The gas crunch in Europe has hurt many businesses, but some are making big money out of it. And U.S. LNG producers want a bigger piece of the pie.
Last year, U.S. LNG was in decline amid the oil and gas consumption slump. New liquefaction capacity was being delayed, and existing capacity was idled. Now, it's a completely different world, and energy companies are once again making ambitious plans.
Tellurian LNG, for instance, has plans for a $15-billion export terminal on the Gulf Coast, the Financial Times reported, citing the company's chief executive Charif Souki.
"Yes, it's a good thing for American LNG," Souki told the FT, referring to the soaring gas prices. "It is going to depend only on whether the infrastructure can be built in the US or not."
Indeed, it is a very good thing: Henry Hub prices are currently a lot lower than prices in Asia or Europe, at $6 per million British thermal units as of Tuesday, versus $29 per mmBtu in Europe and Asia, per a Reuters report. In this context, demand for U.S. LNG is booming.
The same report, however, notes the constraints that are motivating the new capacity ambitions. Natural gas flows to liquefaction plants in the United States slipped from 10.5 billion cu ft daily in August to 10.4 billion cu ft daily despite the fact that the fact gas prices had already started rising in Europe and Asia. The chances of these flows rising above 10.5 billion cu ft daily are nonexistent: there is no liquefaction capacity to take additional volumes in. Therefore, new capacity is the simplest solution.

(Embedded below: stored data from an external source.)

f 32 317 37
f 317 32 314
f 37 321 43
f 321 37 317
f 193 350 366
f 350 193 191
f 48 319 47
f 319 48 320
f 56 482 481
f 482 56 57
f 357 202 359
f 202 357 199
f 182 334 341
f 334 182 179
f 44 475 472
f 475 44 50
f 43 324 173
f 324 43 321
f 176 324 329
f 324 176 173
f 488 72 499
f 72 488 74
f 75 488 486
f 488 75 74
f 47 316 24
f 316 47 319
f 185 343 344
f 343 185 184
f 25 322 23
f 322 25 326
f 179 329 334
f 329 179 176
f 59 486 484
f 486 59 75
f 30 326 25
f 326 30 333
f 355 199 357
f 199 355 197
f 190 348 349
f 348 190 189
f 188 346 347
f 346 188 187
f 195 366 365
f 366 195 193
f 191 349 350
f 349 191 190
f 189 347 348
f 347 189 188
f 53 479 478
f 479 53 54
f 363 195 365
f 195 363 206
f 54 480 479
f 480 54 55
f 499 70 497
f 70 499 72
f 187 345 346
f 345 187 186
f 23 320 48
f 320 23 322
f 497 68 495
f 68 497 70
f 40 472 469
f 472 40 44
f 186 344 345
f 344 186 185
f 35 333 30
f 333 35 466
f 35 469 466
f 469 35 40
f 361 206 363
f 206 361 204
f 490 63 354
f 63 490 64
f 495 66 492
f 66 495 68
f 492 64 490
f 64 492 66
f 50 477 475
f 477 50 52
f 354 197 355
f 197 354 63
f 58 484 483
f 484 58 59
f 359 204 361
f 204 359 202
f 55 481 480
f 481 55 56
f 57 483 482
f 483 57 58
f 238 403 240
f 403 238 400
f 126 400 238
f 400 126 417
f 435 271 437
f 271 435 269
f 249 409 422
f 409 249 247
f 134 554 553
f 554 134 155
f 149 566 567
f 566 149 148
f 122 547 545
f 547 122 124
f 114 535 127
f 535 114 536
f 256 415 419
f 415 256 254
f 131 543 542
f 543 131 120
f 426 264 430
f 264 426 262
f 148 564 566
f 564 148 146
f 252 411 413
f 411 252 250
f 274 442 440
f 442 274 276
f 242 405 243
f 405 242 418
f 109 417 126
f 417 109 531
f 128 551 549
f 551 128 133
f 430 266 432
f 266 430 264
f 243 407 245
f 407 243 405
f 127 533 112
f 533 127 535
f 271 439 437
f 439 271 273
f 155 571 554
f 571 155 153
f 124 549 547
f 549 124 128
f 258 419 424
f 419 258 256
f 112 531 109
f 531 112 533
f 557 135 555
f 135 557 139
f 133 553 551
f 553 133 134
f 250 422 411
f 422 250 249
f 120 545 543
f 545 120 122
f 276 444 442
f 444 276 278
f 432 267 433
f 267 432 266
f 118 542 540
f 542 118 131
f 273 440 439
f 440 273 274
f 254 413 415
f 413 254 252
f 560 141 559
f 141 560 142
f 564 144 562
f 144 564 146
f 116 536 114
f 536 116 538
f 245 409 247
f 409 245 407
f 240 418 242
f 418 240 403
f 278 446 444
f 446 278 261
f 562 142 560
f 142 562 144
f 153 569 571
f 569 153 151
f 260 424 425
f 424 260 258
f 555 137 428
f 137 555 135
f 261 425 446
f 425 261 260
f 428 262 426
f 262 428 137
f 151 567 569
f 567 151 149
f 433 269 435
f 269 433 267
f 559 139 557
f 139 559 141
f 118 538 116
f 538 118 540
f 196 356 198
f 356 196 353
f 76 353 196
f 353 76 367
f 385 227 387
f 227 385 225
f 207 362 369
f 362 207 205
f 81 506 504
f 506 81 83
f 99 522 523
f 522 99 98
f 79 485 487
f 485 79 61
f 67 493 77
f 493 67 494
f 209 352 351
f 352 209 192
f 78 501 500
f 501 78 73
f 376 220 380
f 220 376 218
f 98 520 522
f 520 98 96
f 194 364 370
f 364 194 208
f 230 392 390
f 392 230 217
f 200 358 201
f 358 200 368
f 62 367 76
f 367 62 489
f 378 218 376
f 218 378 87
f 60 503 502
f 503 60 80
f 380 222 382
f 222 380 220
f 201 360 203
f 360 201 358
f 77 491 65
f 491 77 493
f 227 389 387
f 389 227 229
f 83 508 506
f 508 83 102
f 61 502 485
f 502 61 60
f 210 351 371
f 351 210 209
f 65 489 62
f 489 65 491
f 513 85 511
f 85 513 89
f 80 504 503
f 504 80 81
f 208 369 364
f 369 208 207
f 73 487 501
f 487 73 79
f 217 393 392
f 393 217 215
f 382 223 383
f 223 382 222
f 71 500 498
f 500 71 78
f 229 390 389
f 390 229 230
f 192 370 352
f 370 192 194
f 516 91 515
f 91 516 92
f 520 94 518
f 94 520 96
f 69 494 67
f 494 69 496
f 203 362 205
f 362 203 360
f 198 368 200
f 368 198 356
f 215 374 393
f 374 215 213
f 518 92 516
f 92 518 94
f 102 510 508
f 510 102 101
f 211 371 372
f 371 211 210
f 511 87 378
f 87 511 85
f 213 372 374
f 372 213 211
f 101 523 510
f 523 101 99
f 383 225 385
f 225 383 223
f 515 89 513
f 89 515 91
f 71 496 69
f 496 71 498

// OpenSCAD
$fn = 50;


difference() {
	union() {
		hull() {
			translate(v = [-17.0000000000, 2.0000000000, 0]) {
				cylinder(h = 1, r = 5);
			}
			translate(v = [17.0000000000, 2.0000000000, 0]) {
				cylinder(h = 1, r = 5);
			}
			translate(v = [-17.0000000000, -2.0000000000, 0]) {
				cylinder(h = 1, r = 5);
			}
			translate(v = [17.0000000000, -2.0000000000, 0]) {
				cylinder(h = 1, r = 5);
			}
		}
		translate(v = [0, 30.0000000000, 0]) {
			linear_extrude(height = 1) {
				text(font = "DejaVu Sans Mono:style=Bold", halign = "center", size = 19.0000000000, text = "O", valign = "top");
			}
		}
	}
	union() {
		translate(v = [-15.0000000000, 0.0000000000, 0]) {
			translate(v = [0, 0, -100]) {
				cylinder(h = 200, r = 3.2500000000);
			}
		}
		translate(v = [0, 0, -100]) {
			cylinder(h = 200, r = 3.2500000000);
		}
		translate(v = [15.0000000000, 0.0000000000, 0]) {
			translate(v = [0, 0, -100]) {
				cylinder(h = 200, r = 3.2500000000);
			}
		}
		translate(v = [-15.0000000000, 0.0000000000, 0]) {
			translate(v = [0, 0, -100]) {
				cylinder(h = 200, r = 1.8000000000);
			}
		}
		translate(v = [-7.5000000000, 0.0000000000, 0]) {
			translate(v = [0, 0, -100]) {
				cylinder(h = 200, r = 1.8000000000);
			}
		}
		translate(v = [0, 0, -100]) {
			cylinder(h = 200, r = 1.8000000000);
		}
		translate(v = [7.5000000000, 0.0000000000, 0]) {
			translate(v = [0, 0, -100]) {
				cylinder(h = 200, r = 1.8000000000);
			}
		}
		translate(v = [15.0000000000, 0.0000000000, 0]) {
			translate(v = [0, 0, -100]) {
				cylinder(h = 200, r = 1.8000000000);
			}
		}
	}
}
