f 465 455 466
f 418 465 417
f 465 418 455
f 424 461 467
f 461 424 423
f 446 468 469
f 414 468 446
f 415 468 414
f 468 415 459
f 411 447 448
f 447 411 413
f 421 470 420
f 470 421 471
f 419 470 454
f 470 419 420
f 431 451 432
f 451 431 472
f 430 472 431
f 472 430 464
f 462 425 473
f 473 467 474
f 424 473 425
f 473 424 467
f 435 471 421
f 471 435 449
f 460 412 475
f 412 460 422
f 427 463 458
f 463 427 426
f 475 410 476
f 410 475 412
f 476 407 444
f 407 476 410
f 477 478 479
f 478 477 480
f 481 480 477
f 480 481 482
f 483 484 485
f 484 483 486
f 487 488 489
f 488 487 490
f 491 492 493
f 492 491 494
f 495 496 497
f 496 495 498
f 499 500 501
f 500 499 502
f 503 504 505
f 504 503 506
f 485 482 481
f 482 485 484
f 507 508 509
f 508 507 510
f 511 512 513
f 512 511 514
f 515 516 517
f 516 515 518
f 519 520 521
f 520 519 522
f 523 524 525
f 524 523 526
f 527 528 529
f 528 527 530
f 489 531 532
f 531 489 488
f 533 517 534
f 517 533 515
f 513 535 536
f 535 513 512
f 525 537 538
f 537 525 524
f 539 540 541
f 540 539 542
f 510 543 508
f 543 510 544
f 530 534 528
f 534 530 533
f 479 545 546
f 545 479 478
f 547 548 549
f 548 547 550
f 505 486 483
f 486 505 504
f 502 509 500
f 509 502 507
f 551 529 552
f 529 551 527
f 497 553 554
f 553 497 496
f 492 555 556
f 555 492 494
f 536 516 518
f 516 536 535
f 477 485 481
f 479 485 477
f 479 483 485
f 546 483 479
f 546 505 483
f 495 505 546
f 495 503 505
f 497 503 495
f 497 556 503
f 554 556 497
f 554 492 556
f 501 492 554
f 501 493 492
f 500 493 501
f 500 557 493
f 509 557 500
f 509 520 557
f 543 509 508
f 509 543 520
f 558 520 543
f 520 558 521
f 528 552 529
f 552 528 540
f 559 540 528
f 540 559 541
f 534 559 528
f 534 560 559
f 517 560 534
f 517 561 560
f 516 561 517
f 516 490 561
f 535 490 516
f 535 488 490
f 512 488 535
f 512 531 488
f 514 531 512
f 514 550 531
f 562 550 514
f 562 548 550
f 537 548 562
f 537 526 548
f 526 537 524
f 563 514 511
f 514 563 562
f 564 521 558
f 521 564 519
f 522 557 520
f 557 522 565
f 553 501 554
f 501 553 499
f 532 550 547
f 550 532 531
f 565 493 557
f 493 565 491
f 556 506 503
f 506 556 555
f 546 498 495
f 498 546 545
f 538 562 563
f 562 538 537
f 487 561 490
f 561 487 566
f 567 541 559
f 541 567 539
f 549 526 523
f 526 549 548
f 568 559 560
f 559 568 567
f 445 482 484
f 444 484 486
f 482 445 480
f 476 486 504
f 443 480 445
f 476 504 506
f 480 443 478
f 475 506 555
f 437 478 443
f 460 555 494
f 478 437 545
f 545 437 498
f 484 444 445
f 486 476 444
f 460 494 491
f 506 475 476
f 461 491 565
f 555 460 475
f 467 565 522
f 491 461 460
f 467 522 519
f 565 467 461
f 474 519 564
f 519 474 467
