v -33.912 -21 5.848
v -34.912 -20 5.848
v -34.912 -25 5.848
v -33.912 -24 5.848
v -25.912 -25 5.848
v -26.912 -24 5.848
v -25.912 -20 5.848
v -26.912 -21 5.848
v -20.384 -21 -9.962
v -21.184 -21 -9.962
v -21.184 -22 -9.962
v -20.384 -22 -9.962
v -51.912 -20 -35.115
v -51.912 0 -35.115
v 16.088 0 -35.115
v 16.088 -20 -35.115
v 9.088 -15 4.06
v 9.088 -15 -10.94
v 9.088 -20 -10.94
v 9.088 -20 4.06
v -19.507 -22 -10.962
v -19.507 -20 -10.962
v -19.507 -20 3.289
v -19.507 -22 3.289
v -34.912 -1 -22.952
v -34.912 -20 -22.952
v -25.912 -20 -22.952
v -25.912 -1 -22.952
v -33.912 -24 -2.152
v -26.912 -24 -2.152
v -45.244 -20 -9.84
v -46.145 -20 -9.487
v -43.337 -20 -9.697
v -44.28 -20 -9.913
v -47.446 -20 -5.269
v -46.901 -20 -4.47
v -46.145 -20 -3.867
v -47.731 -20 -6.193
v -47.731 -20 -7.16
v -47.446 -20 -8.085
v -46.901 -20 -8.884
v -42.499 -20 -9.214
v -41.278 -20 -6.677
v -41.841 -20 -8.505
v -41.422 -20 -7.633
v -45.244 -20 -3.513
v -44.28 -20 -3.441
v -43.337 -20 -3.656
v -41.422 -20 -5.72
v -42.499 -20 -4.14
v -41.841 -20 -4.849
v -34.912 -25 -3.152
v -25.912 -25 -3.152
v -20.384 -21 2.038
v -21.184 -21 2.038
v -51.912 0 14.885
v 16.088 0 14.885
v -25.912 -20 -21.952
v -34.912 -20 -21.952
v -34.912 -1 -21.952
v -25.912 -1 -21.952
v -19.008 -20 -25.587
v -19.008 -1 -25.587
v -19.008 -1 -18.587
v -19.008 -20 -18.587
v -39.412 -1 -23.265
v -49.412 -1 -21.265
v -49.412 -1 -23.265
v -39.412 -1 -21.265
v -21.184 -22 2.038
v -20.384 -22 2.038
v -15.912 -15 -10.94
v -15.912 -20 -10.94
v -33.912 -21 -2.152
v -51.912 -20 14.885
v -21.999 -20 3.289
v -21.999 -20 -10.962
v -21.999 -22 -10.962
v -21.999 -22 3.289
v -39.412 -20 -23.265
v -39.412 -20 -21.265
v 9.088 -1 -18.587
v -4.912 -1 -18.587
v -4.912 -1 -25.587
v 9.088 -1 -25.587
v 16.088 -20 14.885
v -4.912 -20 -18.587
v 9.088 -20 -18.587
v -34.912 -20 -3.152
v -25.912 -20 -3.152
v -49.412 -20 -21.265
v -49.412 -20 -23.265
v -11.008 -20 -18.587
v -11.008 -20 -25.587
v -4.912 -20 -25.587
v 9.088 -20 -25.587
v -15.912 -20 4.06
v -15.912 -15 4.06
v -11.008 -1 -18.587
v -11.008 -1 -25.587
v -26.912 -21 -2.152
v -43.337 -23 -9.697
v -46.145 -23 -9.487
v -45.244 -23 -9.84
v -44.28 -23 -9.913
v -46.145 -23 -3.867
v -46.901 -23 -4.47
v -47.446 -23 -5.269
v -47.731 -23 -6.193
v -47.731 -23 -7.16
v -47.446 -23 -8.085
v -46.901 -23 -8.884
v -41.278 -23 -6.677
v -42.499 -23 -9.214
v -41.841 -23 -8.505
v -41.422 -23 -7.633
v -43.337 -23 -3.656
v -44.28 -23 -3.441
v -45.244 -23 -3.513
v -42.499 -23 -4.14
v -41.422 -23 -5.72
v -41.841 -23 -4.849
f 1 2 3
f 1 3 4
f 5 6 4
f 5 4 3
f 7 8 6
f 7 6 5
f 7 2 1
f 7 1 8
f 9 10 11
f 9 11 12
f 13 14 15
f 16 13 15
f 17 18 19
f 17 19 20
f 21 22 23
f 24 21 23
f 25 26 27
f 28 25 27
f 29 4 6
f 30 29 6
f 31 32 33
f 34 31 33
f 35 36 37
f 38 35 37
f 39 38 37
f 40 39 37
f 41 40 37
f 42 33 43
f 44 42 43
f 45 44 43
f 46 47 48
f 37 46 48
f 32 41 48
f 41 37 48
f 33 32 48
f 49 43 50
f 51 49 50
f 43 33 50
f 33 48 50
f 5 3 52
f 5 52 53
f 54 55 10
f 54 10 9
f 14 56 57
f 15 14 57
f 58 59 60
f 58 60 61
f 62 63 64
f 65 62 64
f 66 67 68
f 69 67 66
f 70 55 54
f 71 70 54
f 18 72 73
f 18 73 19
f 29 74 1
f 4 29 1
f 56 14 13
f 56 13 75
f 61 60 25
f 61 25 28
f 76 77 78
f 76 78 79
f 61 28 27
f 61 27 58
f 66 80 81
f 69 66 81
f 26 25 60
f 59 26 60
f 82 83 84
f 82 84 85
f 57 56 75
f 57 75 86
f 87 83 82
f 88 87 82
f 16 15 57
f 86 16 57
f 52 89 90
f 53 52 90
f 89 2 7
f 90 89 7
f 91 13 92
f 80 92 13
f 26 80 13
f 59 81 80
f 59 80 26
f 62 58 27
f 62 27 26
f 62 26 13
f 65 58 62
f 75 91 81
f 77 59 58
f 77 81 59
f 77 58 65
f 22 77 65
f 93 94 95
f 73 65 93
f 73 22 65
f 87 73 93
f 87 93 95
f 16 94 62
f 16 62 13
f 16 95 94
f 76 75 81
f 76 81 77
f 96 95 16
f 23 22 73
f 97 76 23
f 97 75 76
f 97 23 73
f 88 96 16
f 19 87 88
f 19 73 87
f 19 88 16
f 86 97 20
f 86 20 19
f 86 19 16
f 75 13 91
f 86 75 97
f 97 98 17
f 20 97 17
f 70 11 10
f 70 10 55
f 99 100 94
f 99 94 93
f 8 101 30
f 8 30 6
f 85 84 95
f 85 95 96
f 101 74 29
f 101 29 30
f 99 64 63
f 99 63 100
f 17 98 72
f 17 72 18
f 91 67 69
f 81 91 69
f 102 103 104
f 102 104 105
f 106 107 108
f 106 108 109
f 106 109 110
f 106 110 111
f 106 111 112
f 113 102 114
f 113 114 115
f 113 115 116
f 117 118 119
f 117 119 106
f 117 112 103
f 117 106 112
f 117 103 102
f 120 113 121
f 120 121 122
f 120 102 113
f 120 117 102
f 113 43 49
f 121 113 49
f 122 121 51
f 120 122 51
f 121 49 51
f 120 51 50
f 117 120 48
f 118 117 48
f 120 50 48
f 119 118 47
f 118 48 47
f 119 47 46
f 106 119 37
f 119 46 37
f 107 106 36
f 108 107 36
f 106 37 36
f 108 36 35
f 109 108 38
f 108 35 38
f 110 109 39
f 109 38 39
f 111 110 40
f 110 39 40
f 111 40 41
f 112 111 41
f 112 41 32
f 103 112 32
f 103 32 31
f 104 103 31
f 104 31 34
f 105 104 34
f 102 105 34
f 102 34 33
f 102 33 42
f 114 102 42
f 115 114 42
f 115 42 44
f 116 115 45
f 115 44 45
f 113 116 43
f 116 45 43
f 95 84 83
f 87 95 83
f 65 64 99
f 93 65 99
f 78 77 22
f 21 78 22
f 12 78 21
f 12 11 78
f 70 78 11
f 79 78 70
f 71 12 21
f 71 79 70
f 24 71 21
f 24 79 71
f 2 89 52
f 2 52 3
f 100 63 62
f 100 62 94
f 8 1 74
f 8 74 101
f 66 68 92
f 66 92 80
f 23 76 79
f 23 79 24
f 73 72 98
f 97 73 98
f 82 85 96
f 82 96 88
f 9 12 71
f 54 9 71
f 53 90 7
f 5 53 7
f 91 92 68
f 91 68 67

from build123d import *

# Parameters (mm, degrees)
F0_W      = 15
F0_H      = 50
F1_DEPTH  = 20
F0_W_2    = 13
F2_DEPTH  = 20
F0_W_3    = 40
F3_DEPTH  = 20
F4_W      = 10
F4_H      = 2
F5_DEPTH  = 25
F6_W      = 9
F6_H      = 1
F7_DEPTH  = 25
F8_W      = 14
F8_H      = 7
F8_W_2    = 8
F9_DEPTH  = 25
F11_W     = 25
F11_H     = 15
F12_DEPTH = 25
F13_W     = 64.1647251323
F13_H     = 12.2270062566
F14_DEPTH = 1
F16_W     = 9
F16_H     = 9
F17_DEPTH = 5
F18_T     = -1
F19_R     = 3.2447716186
F20_DEPTH = 3
F21_W     = 2.4915598333
F21_H     = 14.2517206259
F22_DEPTH = 2
F23_W     = 0.8
F23_H     = 12
F24_DEPTH = 1


with BuildPart() as f1:
    # F0 (on Front) → F1 (new body)
    with BuildSketch(Plane.XZ):
        with Locations((-44.4124493003, -10.1152159274)):
            Rectangle(F0_W, F0_H)
    extrude(amount=F1_DEPTH)

    # F4 (on Front) → F5 (cut)
    with BuildSketch(Plane.XZ):
        with Locations((-44.4124493003, -22.2645440847)):
            Rectangle(F4_W, F4_H)
    extrude(amount=F5_DEPTH, mode=Mode.SUBTRACT)


with BuildPart() as f2:
    # F0 (on Front) → F2 (new body)
    with BuildSketch(Plane.XZ):
        with Locations((-30.4124493003, -10.1152159274)):
            Rectangle(F0_W_2, F0_H)
    extrude(amount=F2_DEPTH)

    # F6 (on Front) → F7 (cut)
    with BuildSketch(Plane.XZ):
        with Locations((-30.4124493003, -22.451785475)):
            Rectangle(F6_W, F6_H)
    extrude(amount=F7_DEPTH, mode=Mode.SUBTRACT)


with BuildPart() as f3:
    # F0 (on Front) → F3 (new body)
    with BuildSketch(Plane.XZ):
        with Locations((-3.9124493003, -10.1152159274)):
            Rectangle(F0_W_3, F0_H)
    extrude(amount=F3_DEPTH)

    # F8 (on Front) → F9 (cut)
    with BuildSketch(Plane.XZ):
        with Locations((2.0875506997, -22.0866069347)):
            Rectangle(F8_W, F8_H)
        with Locations((-15.0076995641, -22.0866069347)):
            Rectangle(F8_W_2, F8_H)
    extrude(amount=F9_DEPTH, mode=Mode.SUBTRACT)

    # F11 (on offset) → F12 (cut)
    with BuildSketch(Plane.XZ.offset(15)):
        with Locations((-3.4124493003, -3.4400860965)):
            Rectangle(F11_W, F11_H)
    extrude(amount=F12_DEPTH, mode=Mode.SUBTRACT)


with BuildPart() as f14:
    # F13 (on Front) → F14 (new body)
    with BuildSketch(Plane.XZ):
        with Locations((-18.5078284703, -22.568764165)):
            Rectangle(F13_W, F13_H)
    extrude(amount=F14_DEPTH)


with BuildPart() as f2_1:
    add(f2.part)

    # F15: union F3, F1, F14
    add(f3.part)
    add(f1.part)
    add(f14.part)

    # F21 (on face) → F22 (join)
    with BuildSketch(Plane.XZ.offset(20)):
        with Locations((-20.7528267056, -3.8364862558)):
            Rectangle(F21_W, F21_H)
    extrude(amount=F22_DEPTH)

    # F23 (on face) → F24 (cut)
    with BuildSketch(Plane.XZ.offset(22)):
        with Locations((-20.7843538374, -3.9623465687)):
            Rectangle(F23_W, F23_H)
    extrude(amount=-F24_DEPTH, mode=Mode.SUBTRACT)


with BuildPart() as f17:
    # F16 (on face) → F17 (new body)
    with BuildSketch(Plane.XZ.offset(20)):
        with Locations((-30.4124493003, 1.348200215)):
            Rectangle(F16_W, F16_H)
    extrude(amount=F17_DEPTH)

    # F18
    f18_openings = [f17.faces().sort_by_distance(p)[0] for p in [
        (-30.412449, -22.5, 5.8482),
    ]]
    offset(amount=F18_T, openings=f18_openings)


with BuildPart() as f20:
    # F19 (on face) → F20 (new body)
    with BuildSketch(Plane.XZ.offset(20)):
        with Locations((-44.5223040879, -6.6768634133)):
            Circle(F19_R)
    extrude(amount=F20_DEPTH)


solid = Compound([f2_1.part, f17.part, f20.part])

According to one energy consultant who spoke to the FT, there could be five new LNG projects coming in the United States over the next two to three years, including expansions of existing facilities. This, according to analysts, could eventually turn the United States into the world's second-largest LNG exporter after Australia—unless Qatar keeps its number-one place.
No matter how the top three LNG exporters are arranged, the United States will likely remain one of them, even with the Biden administration's energy transition agenda that frowns upon all fossil fuels, including natural gas. After all, a transition is a transition, but why leave the European market to Russia when you could take a piece of it?
Right now, Europe is ripe for the taking. After years of talking about diversification of gas supplies but doing little to advance this diversification, now Europe is paying for its short-sightedness. It has no way to force Gazprom to send more gas its way because Gazprom is fulfilling its contractual obligation, and that's where things end until Nord Stream 2 is approved. Norway can only pump so much gas to its neighbors and fellow Europeans. The only thing left is LNG.
Most LNG in the world is supplied under long-term contracts, but there is a pretty lively spot market for the commodity, too. Normally, LNG producers go after long-term contracts to secure funds for the construction of their LNG facilities. These have been in short supply recently, which forced the shelving of several new U.S. projects. Now, these may get a second lease on life if European importers decide to put their money where their mouths are concerning supply diversity.
"Europe is currently importing around 70% of the gas it needs, and this share is expected to increase in the coming years," the EU and the U.S. said in a joint statement in 2019 amid a Trump administration campaign for the increase in U.S. LNG exports to the union.
"Liquefied natural gas is also an important part of the EU's diversification strategy; and as the second biggest single gas market in the world after the U.S., the EU is therefore an attractive option for the U.S.," the statement also said. Little has changed since then, it seems, despite the EU's own green push.
Of course, the LNG projects currently planned for construction will not be finished soon enough to help alleviate the current gas shortage in Europe. But the longer-term outlook remains optimistic.
"We have to have an eye on next winter and the winter after that, in order to make sure that, while we focus on the energy transition, we are addressing the needs of today," U.S. State Department energy envoy Amos Hochstein told the FT.
Of course, competition remains intense among LNG exporters. Qatar is also building its capacity to maintain its number-one spot globally, and it boasts much lower production costs than other producers. Australia has also staked a big claim in the LNG export market. If demand remains as strong as it is currently, all this additional capacity would be good news for buyers and sellers alike.
If demand drops, however, some companies could find themselves with stranded LNG assets. For now, however, the danger of this happening seems remote. The energy transition would need to advance a lot further before it threatens the LNG industry, it seems.